I’m writing to you as I fly home fresh from Schwab’s annual conference held in our nation’s capital, Washington D.C.  There couldn’t have been a better place for this year’s conference as we anticipate next week’s mid-term elections and recent market volatility.  To summarize my experience at the conference it is this: my humbling respect for the offices held in our administration far outweighs the current noise.

I will explain this in greater detail through the following sessions and speakers that I was privileged to hear:


    • Janet Yellen, Chair, Board of Governors, Federal Reserve System (2014-2018)
    • Andrew Card, Chairman, National Endowment for Democracy; Former White House Chief of Staff under President George H.W. Bush
    • Denis McDonough, Senior Principal, Markel Foundation; FOrmer White House Chief of Staff under President Barack Obama from 2013-2017
    • Greg Valliere Chief Political Strategist, Horizon Investments
    • Niall Ferguson, Author of Founder of Greenmantle, LLC


  • Jeffrey Kleintop Chief Global Investment Strategist and Senior Vice President, Charles Schwab & Co., Inc.
  • Liz Ann Sonders Senior Vice President and Chief Investment Strategist, Charles Schwab & Co., Inc.

Trends and Innovation

  • Rohit Bhargava, Founder and Chief Trend Curator, The Non-Obvious Company

After the last few days, I have a renewed sense of hope and optimism that I admit can fade easily in the constant noise.  What I look forward to most with this conference each year are the keynote speakers that come to share their perspective. Being in Washington D.C. provided access to hear from those who speak because of their seat at the table.
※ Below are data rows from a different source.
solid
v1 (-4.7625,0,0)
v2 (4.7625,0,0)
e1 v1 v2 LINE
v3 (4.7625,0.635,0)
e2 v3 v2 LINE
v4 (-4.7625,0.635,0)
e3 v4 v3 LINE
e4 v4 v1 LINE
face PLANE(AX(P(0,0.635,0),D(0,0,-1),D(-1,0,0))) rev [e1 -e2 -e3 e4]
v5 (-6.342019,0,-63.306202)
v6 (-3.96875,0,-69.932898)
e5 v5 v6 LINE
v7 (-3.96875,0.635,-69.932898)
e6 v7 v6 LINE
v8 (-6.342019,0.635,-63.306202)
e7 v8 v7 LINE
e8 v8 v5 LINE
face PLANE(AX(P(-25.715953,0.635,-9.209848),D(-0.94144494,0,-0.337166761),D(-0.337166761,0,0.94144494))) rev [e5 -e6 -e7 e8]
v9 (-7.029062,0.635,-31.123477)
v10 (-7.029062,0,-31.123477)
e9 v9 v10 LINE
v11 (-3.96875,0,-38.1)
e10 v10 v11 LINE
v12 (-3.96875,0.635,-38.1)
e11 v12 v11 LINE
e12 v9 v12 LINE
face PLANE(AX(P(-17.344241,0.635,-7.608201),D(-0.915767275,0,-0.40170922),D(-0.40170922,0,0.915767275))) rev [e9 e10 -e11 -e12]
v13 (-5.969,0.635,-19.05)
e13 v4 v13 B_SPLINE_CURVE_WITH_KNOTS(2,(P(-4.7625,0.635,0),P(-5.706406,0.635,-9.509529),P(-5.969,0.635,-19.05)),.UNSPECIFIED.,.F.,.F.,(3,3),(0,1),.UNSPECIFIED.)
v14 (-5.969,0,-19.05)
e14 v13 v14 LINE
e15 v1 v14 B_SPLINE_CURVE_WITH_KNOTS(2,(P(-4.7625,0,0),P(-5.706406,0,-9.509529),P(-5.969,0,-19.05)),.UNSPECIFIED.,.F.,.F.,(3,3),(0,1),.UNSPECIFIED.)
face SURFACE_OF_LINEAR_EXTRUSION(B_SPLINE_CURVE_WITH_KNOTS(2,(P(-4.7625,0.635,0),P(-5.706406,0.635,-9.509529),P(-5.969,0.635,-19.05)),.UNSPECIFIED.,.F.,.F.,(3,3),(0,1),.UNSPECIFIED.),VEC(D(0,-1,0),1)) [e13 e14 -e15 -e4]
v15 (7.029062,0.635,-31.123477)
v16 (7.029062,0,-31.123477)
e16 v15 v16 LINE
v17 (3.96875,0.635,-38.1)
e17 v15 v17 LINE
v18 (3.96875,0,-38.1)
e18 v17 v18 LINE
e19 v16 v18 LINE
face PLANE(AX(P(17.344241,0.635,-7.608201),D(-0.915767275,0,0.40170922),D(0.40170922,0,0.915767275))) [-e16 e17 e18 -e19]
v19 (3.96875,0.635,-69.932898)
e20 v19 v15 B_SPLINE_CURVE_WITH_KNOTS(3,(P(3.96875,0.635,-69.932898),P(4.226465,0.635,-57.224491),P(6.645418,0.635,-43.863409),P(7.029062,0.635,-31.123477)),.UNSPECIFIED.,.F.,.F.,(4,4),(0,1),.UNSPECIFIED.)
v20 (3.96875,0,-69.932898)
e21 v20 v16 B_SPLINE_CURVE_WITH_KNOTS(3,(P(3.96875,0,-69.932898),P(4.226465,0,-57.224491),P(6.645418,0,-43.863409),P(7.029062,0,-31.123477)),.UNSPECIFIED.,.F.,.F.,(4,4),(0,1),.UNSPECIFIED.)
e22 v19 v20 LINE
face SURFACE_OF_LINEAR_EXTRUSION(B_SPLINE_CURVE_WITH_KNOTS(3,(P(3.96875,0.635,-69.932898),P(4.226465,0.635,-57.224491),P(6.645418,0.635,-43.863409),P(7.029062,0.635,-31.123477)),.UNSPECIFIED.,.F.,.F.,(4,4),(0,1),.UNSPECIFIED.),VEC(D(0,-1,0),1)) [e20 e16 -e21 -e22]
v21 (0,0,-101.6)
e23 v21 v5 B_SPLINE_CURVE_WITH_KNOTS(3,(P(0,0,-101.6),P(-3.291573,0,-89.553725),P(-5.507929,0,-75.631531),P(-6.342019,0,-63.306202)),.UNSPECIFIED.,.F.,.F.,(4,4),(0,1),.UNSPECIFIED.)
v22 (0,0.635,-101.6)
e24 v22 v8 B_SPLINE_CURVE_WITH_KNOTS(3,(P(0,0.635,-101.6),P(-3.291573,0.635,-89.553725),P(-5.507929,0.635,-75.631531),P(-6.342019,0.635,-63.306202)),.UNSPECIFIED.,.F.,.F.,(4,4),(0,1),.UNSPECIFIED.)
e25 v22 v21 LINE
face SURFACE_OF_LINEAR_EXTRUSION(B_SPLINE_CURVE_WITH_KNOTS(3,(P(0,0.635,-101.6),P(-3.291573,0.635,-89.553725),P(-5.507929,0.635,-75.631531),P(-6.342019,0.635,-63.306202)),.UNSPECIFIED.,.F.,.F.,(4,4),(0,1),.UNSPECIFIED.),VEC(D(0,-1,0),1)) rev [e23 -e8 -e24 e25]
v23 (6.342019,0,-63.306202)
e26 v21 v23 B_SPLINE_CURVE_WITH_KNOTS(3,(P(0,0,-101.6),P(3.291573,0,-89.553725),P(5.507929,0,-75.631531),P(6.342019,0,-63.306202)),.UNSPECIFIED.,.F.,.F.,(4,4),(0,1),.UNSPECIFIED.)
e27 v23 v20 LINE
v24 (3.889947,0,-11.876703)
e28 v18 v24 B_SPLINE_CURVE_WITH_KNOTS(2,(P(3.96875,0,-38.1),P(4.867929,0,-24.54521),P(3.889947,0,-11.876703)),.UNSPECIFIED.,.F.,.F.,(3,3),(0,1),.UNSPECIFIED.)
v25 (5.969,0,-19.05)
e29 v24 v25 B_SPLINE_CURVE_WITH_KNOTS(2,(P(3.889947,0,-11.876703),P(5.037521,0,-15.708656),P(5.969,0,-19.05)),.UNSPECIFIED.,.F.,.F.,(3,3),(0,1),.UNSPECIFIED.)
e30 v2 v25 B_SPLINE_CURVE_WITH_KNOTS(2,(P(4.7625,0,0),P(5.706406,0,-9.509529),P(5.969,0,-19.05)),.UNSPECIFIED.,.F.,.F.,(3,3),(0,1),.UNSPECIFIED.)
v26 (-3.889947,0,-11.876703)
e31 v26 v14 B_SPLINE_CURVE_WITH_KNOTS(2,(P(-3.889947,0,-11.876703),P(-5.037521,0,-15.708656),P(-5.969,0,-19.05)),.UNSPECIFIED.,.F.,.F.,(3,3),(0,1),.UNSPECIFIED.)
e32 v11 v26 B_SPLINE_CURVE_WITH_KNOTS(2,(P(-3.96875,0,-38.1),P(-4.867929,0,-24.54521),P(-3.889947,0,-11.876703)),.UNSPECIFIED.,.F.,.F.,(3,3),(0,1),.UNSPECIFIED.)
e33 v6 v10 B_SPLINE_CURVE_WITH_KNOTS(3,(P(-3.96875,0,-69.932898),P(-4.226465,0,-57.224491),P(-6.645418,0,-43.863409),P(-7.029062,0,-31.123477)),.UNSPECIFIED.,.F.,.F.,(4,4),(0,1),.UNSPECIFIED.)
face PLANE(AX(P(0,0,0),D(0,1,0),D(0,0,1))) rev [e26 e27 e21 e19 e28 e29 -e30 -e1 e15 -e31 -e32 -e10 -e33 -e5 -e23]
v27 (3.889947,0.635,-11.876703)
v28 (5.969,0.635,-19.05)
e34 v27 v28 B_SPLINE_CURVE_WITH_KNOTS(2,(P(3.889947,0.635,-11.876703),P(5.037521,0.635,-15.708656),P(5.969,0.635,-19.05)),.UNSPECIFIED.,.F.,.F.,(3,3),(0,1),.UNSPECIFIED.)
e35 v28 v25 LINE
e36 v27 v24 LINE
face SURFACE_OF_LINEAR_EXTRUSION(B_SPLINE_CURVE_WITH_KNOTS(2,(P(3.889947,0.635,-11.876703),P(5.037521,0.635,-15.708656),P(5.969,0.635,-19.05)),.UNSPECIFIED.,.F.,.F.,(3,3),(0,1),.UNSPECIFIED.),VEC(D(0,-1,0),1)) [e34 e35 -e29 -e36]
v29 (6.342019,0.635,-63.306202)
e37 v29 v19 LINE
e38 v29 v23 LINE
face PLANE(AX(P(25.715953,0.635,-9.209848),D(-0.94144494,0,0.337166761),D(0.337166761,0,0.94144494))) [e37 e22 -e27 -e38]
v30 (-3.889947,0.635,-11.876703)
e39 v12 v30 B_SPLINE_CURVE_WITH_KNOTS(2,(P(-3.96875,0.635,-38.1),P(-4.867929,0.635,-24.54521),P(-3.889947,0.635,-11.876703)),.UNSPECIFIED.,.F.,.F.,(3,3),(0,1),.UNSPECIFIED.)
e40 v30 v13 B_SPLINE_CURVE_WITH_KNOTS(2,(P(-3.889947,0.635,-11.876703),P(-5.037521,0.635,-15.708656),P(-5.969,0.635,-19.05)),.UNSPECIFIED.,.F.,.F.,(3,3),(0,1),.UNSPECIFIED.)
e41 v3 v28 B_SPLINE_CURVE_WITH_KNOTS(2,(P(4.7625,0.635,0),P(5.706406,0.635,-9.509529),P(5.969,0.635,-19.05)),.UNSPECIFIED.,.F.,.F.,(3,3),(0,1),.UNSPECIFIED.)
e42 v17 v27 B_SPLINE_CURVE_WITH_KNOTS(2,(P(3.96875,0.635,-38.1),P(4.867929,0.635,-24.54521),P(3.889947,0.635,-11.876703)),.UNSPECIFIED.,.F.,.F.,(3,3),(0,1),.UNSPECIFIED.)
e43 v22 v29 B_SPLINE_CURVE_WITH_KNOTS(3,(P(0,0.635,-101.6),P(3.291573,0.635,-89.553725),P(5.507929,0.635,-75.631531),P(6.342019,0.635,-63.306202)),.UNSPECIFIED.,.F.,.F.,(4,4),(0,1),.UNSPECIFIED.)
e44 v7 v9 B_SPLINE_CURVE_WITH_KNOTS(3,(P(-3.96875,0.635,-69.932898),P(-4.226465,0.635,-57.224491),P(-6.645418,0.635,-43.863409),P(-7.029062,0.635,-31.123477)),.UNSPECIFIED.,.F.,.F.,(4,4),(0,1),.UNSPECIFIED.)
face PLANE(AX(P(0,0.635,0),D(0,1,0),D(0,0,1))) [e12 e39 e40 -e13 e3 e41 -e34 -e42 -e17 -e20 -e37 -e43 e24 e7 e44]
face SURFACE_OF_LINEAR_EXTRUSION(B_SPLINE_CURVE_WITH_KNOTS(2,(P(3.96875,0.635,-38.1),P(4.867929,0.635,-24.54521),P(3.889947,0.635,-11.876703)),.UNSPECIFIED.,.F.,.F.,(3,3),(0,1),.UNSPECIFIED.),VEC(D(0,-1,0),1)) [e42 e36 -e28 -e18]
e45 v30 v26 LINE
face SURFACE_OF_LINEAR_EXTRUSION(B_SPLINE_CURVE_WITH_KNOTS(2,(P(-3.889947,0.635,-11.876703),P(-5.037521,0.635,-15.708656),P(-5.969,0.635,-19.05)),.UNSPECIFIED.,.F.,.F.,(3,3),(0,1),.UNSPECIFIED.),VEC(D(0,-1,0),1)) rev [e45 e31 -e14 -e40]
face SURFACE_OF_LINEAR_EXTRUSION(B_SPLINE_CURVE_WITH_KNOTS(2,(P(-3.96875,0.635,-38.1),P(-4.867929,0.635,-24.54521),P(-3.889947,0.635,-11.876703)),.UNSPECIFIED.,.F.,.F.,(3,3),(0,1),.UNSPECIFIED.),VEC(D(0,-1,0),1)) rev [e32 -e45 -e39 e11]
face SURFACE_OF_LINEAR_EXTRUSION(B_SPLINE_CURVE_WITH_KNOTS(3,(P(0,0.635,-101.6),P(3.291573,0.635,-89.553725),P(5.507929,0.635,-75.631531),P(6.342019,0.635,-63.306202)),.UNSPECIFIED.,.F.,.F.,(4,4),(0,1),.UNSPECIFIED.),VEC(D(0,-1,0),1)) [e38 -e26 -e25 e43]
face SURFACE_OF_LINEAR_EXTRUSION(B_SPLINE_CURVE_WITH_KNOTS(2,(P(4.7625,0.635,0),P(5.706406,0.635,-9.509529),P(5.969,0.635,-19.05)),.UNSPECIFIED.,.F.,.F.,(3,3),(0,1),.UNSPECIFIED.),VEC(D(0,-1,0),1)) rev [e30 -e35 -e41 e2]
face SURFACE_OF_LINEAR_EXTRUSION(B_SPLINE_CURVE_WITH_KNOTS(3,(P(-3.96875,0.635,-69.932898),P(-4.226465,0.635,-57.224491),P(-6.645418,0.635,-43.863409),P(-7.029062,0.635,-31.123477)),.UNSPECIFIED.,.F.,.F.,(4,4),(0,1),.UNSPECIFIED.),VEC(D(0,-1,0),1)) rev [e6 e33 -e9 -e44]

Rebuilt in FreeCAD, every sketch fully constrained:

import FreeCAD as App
import Part
import Sketcher

doc = App.newDocument("Part")
params = doc.addObject("Spreadsheet::Sheet", "Params")
for row, (alias, value) in enumerate([
    ("pad1_length", "0.025 in"),
], start=1):
    params.set(f"A{row}", alias)
    params.set(f"B{row}", "=" + value)
    params.setAlias(f"B{row}", alias)

body = doc.addObject("PartDesign::Body", "Body")

sketch1 = body.newObject("Sketcher::SketchObject", "Sketch")
sketch1.AttachmentSupport = (doc.getObject("XZ_Plane"), [""])
sketch1.MapMode = "FlatFace"
sketch1.addGeometry([
    Part.LineSegment(App.Vector(-4.7625, 0, 0), App.Vector(4.7625, 0, 0)),
    Part.BSplineCurve([App.Vector(4.7625, 0, 0), App.Vector(5.706406, -9.509529, 0), App.Vector(5.969, -19.05, 0)], [3, 3], [0, 1], False, 2, [1, 1, 1], False),
    Part.BSplineCurve([App.Vector(3.889947, -11.876703, 0), App.Vector(5.037521, -15.708656, 0), App.Vector(5.969, -19.05, 0)], [3, 3], [0, 1], False, 2, [1, 1, 1], False),
    Part.BSplineCurve([App.Vector(3.96875, -38.1, 0), App.Vector(4.867929, -24.54521, 0), App.Vector(3.889947, -11.876703, 0)], [3, 3], [0, 1], False, 2, [1, 1, 1], False),
    Part.LineSegment(App.Vector(3.96875, -38.1, 0), App.Vector(7.029062, -31.123477, 0)),
    Part.BSplineCurve([App.Vector(3.96875, -69.932898, 0), App.Vector(4.226465, -57.224491, 0), App.Vector(6.645418, -43.863409, 0), App.Vector(7.029062, -31.123477, 0)], [4, 4], [0, 1], False, 3, [1, 1, 1, 1], False),
    Part.LineSegment(App.Vector(3.96875, -69.932898, 0), App.Vector(6.342019, -63.306202, 0)),
    Part.BSplineCurve([App.Vector(0, -101.6, 0), App.Vector(3.291573, -89.553725, 0), App.Vector(5.507929, -75.631531, 0), App.Vector(6.342019, -63.306202, 0)], [4, 4], [0, 1], False, 3, [1, 1, 1, 1], False),
    Part.BSplineCurve([App.Vector(0, -101.6, 0), App.Vector(-3.291573, -89.553725, 0), App.Vector(-5.507929, -75.631531, 0), App.Vector(-6.342019, -63.306202, 0)], [4, 4], [0, 1], False, 3, [1, 1, 1, 1], False),
    Part.LineSegment(App.Vector(-6.342019, -63.306202, 0), App.Vector(-3.96875, -69.932898, 0)),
Let’s start with a reminder of humbling respect for the offices held by our administration.  Recent noise like market volatility, bombs being mailed and twitter ramblings leave us hopeless for progress ahead.  White House Chiefs of Staff nicknamed “gatekeepers” hold tremendous power to decide what and when the President needs to know and who gains access to the leader of the free world.  These men were tasked with running the White House Staff to foster teamwork when needed most.

Financial Design Studio Charles Schwab 2

You will undoubtedly remember Andrew Card for his responsibility to whisper in President George W. Bush’s ear that the twin towers had been struck twice on September 11, 2001.  Hearing his description of the moments leading up to and following that attack left me with goose bumps. Being reminded of this moment in history leaves me overwhelmingly struck with an immense and humbling respect for the administration’s responsibility to respond in that and any crisis.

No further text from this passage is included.